Task objective: For the word "CONE", copy every line of the material that includes it.

---*---

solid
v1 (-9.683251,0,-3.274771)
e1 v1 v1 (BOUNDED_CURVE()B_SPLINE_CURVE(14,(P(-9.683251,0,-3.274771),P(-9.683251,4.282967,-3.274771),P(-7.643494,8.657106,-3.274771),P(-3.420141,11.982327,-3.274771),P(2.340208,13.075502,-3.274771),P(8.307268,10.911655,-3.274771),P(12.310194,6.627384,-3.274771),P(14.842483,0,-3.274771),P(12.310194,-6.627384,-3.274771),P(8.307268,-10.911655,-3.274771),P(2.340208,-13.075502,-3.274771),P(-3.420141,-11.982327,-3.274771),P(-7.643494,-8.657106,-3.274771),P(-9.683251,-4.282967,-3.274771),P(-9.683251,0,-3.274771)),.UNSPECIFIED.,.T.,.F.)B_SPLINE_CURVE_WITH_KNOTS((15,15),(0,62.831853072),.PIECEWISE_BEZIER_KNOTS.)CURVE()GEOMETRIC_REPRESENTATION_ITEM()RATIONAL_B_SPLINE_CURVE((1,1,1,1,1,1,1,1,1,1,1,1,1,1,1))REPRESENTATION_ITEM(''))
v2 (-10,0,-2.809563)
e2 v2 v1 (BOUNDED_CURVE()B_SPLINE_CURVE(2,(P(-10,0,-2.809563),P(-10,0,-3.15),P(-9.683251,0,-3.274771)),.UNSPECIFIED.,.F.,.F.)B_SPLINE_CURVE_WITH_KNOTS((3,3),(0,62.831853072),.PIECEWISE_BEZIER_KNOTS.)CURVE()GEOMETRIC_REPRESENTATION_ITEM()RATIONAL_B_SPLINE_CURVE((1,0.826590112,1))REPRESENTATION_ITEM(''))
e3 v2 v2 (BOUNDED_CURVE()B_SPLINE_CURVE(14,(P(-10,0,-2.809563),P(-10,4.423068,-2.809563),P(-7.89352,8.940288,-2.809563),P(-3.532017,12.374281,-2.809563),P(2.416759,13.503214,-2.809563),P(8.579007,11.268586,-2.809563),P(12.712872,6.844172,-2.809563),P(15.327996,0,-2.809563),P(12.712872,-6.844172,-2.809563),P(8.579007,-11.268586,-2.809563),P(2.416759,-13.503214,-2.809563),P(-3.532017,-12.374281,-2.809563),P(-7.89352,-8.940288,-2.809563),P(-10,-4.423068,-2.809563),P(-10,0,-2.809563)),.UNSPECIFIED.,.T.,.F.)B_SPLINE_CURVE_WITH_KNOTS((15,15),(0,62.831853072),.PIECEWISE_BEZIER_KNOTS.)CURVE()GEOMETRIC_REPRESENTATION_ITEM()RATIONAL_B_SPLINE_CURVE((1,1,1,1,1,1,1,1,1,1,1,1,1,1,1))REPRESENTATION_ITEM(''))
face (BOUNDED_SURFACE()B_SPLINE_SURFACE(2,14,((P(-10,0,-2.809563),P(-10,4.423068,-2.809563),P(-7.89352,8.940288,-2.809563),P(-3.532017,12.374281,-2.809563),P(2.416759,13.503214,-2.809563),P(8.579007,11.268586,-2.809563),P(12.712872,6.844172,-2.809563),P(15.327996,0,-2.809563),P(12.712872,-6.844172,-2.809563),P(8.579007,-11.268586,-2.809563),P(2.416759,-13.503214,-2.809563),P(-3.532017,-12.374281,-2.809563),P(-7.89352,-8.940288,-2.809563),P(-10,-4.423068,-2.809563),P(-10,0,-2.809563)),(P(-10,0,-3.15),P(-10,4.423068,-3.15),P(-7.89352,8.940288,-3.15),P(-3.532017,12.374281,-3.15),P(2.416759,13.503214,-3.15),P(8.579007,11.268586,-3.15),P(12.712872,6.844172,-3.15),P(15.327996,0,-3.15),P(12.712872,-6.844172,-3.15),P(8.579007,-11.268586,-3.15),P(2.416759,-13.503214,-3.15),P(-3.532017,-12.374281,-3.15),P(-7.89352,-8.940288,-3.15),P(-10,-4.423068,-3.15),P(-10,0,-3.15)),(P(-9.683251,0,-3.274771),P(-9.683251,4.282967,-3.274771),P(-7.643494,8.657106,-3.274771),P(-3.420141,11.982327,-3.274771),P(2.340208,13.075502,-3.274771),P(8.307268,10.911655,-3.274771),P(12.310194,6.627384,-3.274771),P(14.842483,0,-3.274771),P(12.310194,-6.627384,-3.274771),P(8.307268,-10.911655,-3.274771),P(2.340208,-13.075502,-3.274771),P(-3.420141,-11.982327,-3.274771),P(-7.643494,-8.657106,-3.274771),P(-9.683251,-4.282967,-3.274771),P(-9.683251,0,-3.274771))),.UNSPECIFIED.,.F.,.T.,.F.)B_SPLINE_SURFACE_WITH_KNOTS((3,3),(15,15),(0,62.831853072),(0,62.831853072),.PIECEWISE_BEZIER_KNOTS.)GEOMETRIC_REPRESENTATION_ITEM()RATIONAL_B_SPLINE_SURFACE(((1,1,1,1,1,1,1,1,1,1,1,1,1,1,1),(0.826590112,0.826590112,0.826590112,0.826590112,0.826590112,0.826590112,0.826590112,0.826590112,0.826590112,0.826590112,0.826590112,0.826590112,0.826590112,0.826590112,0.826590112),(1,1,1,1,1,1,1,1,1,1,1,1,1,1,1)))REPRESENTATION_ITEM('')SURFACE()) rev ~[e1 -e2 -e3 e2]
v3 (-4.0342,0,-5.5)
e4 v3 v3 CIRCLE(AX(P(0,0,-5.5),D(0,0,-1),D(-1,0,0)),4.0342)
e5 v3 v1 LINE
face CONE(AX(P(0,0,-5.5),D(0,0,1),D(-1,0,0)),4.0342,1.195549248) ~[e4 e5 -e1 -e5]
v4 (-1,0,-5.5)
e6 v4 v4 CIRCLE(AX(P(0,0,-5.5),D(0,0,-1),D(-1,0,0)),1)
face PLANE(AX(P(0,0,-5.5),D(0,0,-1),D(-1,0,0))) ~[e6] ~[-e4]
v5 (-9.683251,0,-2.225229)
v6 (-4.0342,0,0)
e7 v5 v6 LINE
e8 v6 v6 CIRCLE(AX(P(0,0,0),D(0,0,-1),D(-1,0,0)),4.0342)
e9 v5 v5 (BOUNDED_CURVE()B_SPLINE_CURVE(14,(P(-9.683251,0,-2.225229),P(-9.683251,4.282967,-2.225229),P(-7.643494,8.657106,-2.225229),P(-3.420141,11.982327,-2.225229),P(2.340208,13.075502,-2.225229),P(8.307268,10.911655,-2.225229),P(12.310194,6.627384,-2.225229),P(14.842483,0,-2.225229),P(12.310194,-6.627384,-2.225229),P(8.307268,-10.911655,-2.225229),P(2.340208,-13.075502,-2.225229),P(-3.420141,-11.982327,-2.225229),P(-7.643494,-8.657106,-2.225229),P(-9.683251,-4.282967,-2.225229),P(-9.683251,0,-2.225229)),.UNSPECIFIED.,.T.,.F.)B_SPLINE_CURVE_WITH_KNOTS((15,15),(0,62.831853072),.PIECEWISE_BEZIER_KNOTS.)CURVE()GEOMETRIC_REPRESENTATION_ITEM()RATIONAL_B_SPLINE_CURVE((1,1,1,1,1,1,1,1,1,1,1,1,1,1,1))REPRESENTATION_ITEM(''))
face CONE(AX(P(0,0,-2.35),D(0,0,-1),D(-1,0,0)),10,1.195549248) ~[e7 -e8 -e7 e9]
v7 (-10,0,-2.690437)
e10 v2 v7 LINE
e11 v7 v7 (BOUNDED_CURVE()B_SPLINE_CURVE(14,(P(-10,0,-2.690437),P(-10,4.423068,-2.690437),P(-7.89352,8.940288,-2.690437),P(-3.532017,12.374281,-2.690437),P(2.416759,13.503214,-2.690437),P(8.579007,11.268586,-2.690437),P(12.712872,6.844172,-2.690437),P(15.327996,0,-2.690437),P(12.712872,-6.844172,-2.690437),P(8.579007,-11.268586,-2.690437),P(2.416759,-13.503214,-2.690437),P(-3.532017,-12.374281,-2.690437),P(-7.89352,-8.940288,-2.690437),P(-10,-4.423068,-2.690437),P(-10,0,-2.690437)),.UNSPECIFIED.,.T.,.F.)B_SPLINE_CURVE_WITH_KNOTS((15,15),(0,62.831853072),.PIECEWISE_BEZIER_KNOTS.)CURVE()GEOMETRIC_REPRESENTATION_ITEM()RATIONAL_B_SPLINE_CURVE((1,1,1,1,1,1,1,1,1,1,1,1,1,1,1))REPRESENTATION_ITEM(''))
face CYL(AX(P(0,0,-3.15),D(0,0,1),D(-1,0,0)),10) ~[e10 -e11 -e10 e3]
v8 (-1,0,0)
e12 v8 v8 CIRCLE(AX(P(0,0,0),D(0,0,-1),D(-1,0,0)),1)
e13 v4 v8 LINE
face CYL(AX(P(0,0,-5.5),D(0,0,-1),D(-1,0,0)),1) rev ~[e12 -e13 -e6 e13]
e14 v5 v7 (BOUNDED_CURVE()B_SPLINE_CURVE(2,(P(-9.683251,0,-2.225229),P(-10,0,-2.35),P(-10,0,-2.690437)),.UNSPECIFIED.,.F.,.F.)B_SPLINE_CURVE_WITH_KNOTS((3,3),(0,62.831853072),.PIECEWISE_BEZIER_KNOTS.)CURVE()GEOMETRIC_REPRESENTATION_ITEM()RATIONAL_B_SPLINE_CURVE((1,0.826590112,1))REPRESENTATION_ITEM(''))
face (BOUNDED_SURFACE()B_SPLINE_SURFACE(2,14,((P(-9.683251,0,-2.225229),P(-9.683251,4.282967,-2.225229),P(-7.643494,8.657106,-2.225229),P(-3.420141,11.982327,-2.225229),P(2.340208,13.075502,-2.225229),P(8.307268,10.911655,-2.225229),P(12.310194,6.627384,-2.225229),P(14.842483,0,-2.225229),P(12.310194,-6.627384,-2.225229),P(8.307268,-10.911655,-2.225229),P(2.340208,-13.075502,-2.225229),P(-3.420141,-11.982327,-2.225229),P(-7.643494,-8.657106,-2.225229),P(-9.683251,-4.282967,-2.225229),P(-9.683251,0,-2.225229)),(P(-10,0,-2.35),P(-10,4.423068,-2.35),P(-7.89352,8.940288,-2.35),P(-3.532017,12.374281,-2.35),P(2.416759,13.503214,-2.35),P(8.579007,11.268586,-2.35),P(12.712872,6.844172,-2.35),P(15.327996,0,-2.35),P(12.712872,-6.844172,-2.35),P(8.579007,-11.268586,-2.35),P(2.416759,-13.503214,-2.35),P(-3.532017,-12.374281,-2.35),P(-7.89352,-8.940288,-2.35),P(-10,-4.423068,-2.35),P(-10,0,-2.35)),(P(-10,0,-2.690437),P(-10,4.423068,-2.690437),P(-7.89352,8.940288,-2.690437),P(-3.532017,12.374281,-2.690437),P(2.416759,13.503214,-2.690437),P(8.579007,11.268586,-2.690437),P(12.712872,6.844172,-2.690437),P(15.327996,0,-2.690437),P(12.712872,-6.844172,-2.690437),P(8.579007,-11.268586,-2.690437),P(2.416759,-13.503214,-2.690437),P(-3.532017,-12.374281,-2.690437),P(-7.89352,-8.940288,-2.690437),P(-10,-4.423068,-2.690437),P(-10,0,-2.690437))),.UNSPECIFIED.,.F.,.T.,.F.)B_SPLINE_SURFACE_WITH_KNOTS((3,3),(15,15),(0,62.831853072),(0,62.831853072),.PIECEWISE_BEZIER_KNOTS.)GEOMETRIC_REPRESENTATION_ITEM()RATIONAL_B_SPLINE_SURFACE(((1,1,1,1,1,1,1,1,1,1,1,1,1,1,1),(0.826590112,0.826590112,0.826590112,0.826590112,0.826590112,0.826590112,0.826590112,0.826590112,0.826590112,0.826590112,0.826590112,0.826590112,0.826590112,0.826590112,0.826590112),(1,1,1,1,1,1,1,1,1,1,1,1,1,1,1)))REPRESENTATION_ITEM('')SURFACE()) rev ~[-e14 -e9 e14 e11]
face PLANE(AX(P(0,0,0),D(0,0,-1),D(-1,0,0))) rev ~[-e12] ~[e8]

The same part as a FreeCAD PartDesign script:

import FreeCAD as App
import Part
import Sketcher
from FreeCAD import Vector
Q = App.Units.Quantity


def edges_at(feature, points):
    """Names of the edges that pass closest to the given points."""
    edges = feature.Shape.Edges
    near = lambda p: min(range(len(edges)), key=lambda i: edges[i].distToShape(Part.Vertex(*p))[0])
    return sorted({f"Edge{near(p) + 1}" for p in points})


def add_polygon(sketch, points):
    """Adds a closed chain of lines whose ends are joined by coincident constraints."""
    first, n = sketch.GeometryCount, len(points)
    for a, b in zip(points, points[1:] + points[:1]):
        sketch.addGeometry(Part.LineSegment(App.Vector(*a, 0), App.Vector(*b, 0)), False)
    for i in range(n):
        sketch.addConstraint(Sketcher.Constraint("Coincident", first + i, 2, first + (i + 1) % n, 1))

doc = App.newDocument("Part")
body = doc.addObject("PartDesign::Body", "Body")

sketch1 = body.newObject("Sketcher::SketchObject", "Sketch")
sketch1.AttachmentSupport = (doc.getObject("XZ_Plane"), [""])
sketch1.MapMode = "FlatFace"
add_polygon(sketch1, [(-4, 0), (0, 0), (0, -5.5), (-4, -5.5), (-10, -3.1), (-10, -2.4)])
sketch1.addConstraint([
    Sketcher.Constraint("Horizontal", 0),
    Sketcher.Constraint("Vertical", 1),
    Sketcher.Constraint("Horizontal", 2),
    Sketcher.Constraint("Vertical", 4),
    Sketcher.Constraint("Coincident", 0, 2, -1, 1),
    Sketcher.Constraint("Vertical", 2, 2, 5, 2),
    Sketcher.Constraint("Equal", 3, 5),
    Sketcher.Constraint("DistanceY", 1, 2, 1, 1, 5.5),
    Sketcher.Constraint("DistanceY", 4, 1, 4, 2, 0.8),
    Sketcher.Constraint("DistanceX", 3, 2, -1, 1, 10.0),
    Sketcher.Constraint("Angle", 3, Q("158.5 deg")),
])
revolution = body.newObject("PartDesign::Revolution", "Revolution")
revolution.Profile = sketch1
revolution.ReferenceAxis = (sketch1, ["V_Axis"])
revolution.Angle = 360

sketch2 = body.newObject("Sketcher::SketchObject", "Sketch001")
sketch2.AttachmentSupport = (doc.getObject("XY_Plane"), [""])
sketch2.MapMode = "FlatFace"
sketch2.AttachmentOffset = App.Placement(Vector(0, 0, -5.5), App.Rotation())
sketch2.addGeometry(Part.Circle(Vector(0, 0, 0), Vector(0, 0, 1), 1), False)
sketch2.addConstraint([
    Sketcher.Constraint("Coincident", 0, 3, -1, 1),
    Sketcher.Constraint("Diameter", 0, 2.0),
])
pocket1 = body.newObject("PartDesign::Pocket", "Pocket")
pocket1.Profile = sketch2
pocket1.Type = "ThroughAll"
pocket1.Reversed = True
doc.recompute()

fillet = body.newObject("PartDesign::Fillet", "Fillet")
fillet.Base = (pocket1, edges_at(pocket1, [(10, 0, -2.35), (10, 0, -3.15)]))
fillet.Radius = 0.5

doc.recompute()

---*---

Task solution:
face CONE(AX(P(0,0,-5.5),D(0,0,1),D(-1,0,0)),4.0342,1.195549248) ~[e4 e5 -e1 -e5]
face CONE(AX(P(0,0,-2.35),D(0,0,-1),D(-1,0,0)),10,1.195549248) ~[e7 -e8 -e7 e9]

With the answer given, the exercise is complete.